ToM causal case study. Script mode violates information asymmetry: Agent Kai only mentions ``a personal situation'' yet Agent Chen responds ``Family comes first'' (shown in red), referencing family information Kai never disclosed. Agent mode produces verbose probing that cannot converge (shown in red), forcing Kai to over-disclose. Ours: the ToM module infers that Kai fears being probed; the Ensemble mechanism rejects candidates that demand documentation or probe further (shown in red) and selects the response that respects Kai's boundary (shown in green) while still advancing Chen's goal.
ToM causal case study. Script mode violates information asymmetry: Agent Kai only mentions “a personal situation” yet Agent Chen responds “Family comes first” (shown in red), referencing family information Kai never disclosed. Agent mode produces verbose probing that cannot converge (shown in red), forcing Kai to over-disclose. Ours: the ToM module infers that Kai fears being probed; the Ensemble mechanism rejects candidates that demand documentation or probe further (shown in red) and selects the response that respects Kai’s boundary (shown in green) while still advancing Chen’s goal.

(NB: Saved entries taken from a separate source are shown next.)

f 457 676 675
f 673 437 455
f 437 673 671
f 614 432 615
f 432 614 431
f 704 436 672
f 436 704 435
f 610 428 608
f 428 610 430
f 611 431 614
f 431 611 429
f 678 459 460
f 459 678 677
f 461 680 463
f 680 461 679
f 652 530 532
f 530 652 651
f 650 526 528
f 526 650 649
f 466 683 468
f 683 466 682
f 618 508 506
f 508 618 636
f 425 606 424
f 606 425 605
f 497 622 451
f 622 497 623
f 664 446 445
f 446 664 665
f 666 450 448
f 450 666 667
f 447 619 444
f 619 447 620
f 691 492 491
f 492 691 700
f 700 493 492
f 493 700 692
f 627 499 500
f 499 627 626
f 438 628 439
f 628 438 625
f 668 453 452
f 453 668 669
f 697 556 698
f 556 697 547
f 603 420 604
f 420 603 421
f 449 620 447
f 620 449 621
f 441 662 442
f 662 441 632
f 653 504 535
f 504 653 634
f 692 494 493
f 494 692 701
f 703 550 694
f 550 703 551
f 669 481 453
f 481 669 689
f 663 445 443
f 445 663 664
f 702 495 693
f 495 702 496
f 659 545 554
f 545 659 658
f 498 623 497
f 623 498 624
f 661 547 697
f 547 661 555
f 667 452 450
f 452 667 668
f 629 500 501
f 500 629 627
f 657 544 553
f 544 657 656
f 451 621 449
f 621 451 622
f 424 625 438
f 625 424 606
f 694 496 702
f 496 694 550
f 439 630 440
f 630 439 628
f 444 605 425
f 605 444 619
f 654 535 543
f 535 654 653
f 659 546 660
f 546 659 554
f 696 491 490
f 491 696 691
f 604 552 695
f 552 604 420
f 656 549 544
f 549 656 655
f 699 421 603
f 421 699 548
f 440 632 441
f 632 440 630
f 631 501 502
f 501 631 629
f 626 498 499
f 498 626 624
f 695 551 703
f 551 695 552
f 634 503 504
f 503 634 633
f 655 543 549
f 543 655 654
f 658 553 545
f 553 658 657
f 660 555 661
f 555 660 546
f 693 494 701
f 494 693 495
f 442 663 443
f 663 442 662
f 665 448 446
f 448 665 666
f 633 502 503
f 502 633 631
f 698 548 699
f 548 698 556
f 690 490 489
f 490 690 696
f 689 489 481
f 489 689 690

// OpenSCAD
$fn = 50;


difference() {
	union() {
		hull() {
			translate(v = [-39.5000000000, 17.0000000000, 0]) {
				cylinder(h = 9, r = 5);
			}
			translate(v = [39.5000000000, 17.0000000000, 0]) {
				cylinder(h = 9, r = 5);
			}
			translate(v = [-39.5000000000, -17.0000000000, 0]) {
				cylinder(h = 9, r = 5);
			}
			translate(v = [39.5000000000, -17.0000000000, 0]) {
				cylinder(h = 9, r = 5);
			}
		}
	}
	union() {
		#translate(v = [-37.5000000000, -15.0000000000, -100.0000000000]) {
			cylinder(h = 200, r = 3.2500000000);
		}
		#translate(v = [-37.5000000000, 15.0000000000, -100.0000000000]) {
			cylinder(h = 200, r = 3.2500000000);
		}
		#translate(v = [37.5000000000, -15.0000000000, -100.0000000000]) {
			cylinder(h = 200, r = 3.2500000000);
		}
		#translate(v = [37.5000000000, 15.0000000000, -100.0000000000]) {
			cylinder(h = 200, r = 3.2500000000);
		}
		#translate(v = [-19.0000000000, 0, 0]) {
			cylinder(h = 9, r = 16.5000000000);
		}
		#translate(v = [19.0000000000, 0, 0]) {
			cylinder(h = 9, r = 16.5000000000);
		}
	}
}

Additional qualitative visual examples show that the model can render synchronized emotional transitions across turns and generate compound emotional states via the 8-dimensional emotion vector. The paper argues that these results demonstrate not only expressiveness but also conversational grounding, because the listener’s backchannel is conditioned on the partner’s content and the agent’s inferred social stance.

Limitations

The paper is explicit about two main limitations. First, emotion control is still tied to the 8 discrete MEAD-style categories inherited by DICE-Talk, so nuanced states such as “bittersweet nostalgia” fall outside the training distribution. Second, the 50 personas span a limited demographic and cultural range, which constrains the breadth of social behavior the benchmark can test. The authors suggest extending to continuous emotion annotations, richer cross-cultural grounding, and personality that evolves across multi-session interactions.

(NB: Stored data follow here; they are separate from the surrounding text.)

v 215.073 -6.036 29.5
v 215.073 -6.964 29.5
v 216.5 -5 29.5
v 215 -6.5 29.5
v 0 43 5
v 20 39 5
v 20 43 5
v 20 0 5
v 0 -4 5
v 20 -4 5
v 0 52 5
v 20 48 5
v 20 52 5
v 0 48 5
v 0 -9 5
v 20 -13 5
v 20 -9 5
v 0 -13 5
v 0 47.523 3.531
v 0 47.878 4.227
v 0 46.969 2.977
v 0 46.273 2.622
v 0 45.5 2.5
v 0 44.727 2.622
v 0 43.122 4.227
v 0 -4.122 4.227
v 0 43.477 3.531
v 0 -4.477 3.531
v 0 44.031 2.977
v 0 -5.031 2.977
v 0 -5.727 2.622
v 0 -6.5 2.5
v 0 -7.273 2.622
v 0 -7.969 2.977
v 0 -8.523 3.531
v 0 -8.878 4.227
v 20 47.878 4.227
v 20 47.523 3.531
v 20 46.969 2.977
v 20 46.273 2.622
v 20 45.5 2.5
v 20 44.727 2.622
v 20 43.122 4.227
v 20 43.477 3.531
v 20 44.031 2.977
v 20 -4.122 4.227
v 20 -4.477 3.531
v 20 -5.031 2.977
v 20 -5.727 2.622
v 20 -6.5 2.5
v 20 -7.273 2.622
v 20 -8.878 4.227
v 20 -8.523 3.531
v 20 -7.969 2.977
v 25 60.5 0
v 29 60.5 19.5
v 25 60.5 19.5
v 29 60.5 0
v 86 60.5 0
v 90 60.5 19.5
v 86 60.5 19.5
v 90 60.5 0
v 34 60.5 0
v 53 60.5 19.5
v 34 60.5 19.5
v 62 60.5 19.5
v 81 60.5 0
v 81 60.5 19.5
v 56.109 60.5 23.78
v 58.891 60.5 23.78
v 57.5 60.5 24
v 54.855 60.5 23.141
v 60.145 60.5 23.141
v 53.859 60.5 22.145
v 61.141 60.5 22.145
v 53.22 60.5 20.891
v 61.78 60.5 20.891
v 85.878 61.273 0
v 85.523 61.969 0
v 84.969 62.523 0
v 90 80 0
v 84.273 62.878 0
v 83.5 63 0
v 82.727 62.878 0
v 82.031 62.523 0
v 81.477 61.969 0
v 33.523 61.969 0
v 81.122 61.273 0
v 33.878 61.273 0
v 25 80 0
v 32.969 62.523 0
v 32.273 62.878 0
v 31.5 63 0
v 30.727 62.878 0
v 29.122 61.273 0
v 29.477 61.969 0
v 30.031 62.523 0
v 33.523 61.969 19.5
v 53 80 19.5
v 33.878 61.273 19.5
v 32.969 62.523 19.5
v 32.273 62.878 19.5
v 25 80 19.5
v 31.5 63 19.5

Takeaways for a Talking-Head / Conversational-AI Team

  • The main architectural novelty is the closed-loop coupling of perception, ToM reasoning, and dual-agent expression, rather than treating dialogue and avatar generation as separate problems.
  • The key social-cognition insight is that explicit inference under uncertainty can be better than full-information access, because it encourages boundary-aware, socially plausible dialogue.
  • The visual-generation novelty is not just lip-sync or emotion control, but reactive listener modeling integrated into the output video.
  • The Persona-Scenario dataset is designed to make information asymmetry testable and repeatable, which is useful if your team wants to benchmark social intelligence rather than only surface fluency.

Conclusion

Overall, Resonant Minds presents a strong systems-level argument for unifying multimodal perception, Theory of Mind, and emotion-controllable generation in a single conversational avatar loop. The reported results support the claim that socially grounded reasoning improves both dialogue and animation quality, and that explicit mental-state inference can produce better behavior than unrestricted access to hidden information. The paper’s practical value lies in its end-to-end formulation: it is not merely an avatar generator or a dialogue agent, but a framework for socially aware embodied interaction.

Code & Implementation

This repository is currently a placeholder. According to the README, the authors plan to open-source the code, data, and benchmark in the future, but as of now, the implementation code and datasets are not yet released.

The repository contains a detailed README with the project overview, but there are no source files present for the multimodal perception, social reasoning, or emotion-controllable expression modules described in the paper.

Future releases are expected to include inference code for closed-loop dual-agent conversation generation, the Persona-Scenario dataset, and evaluation scripts.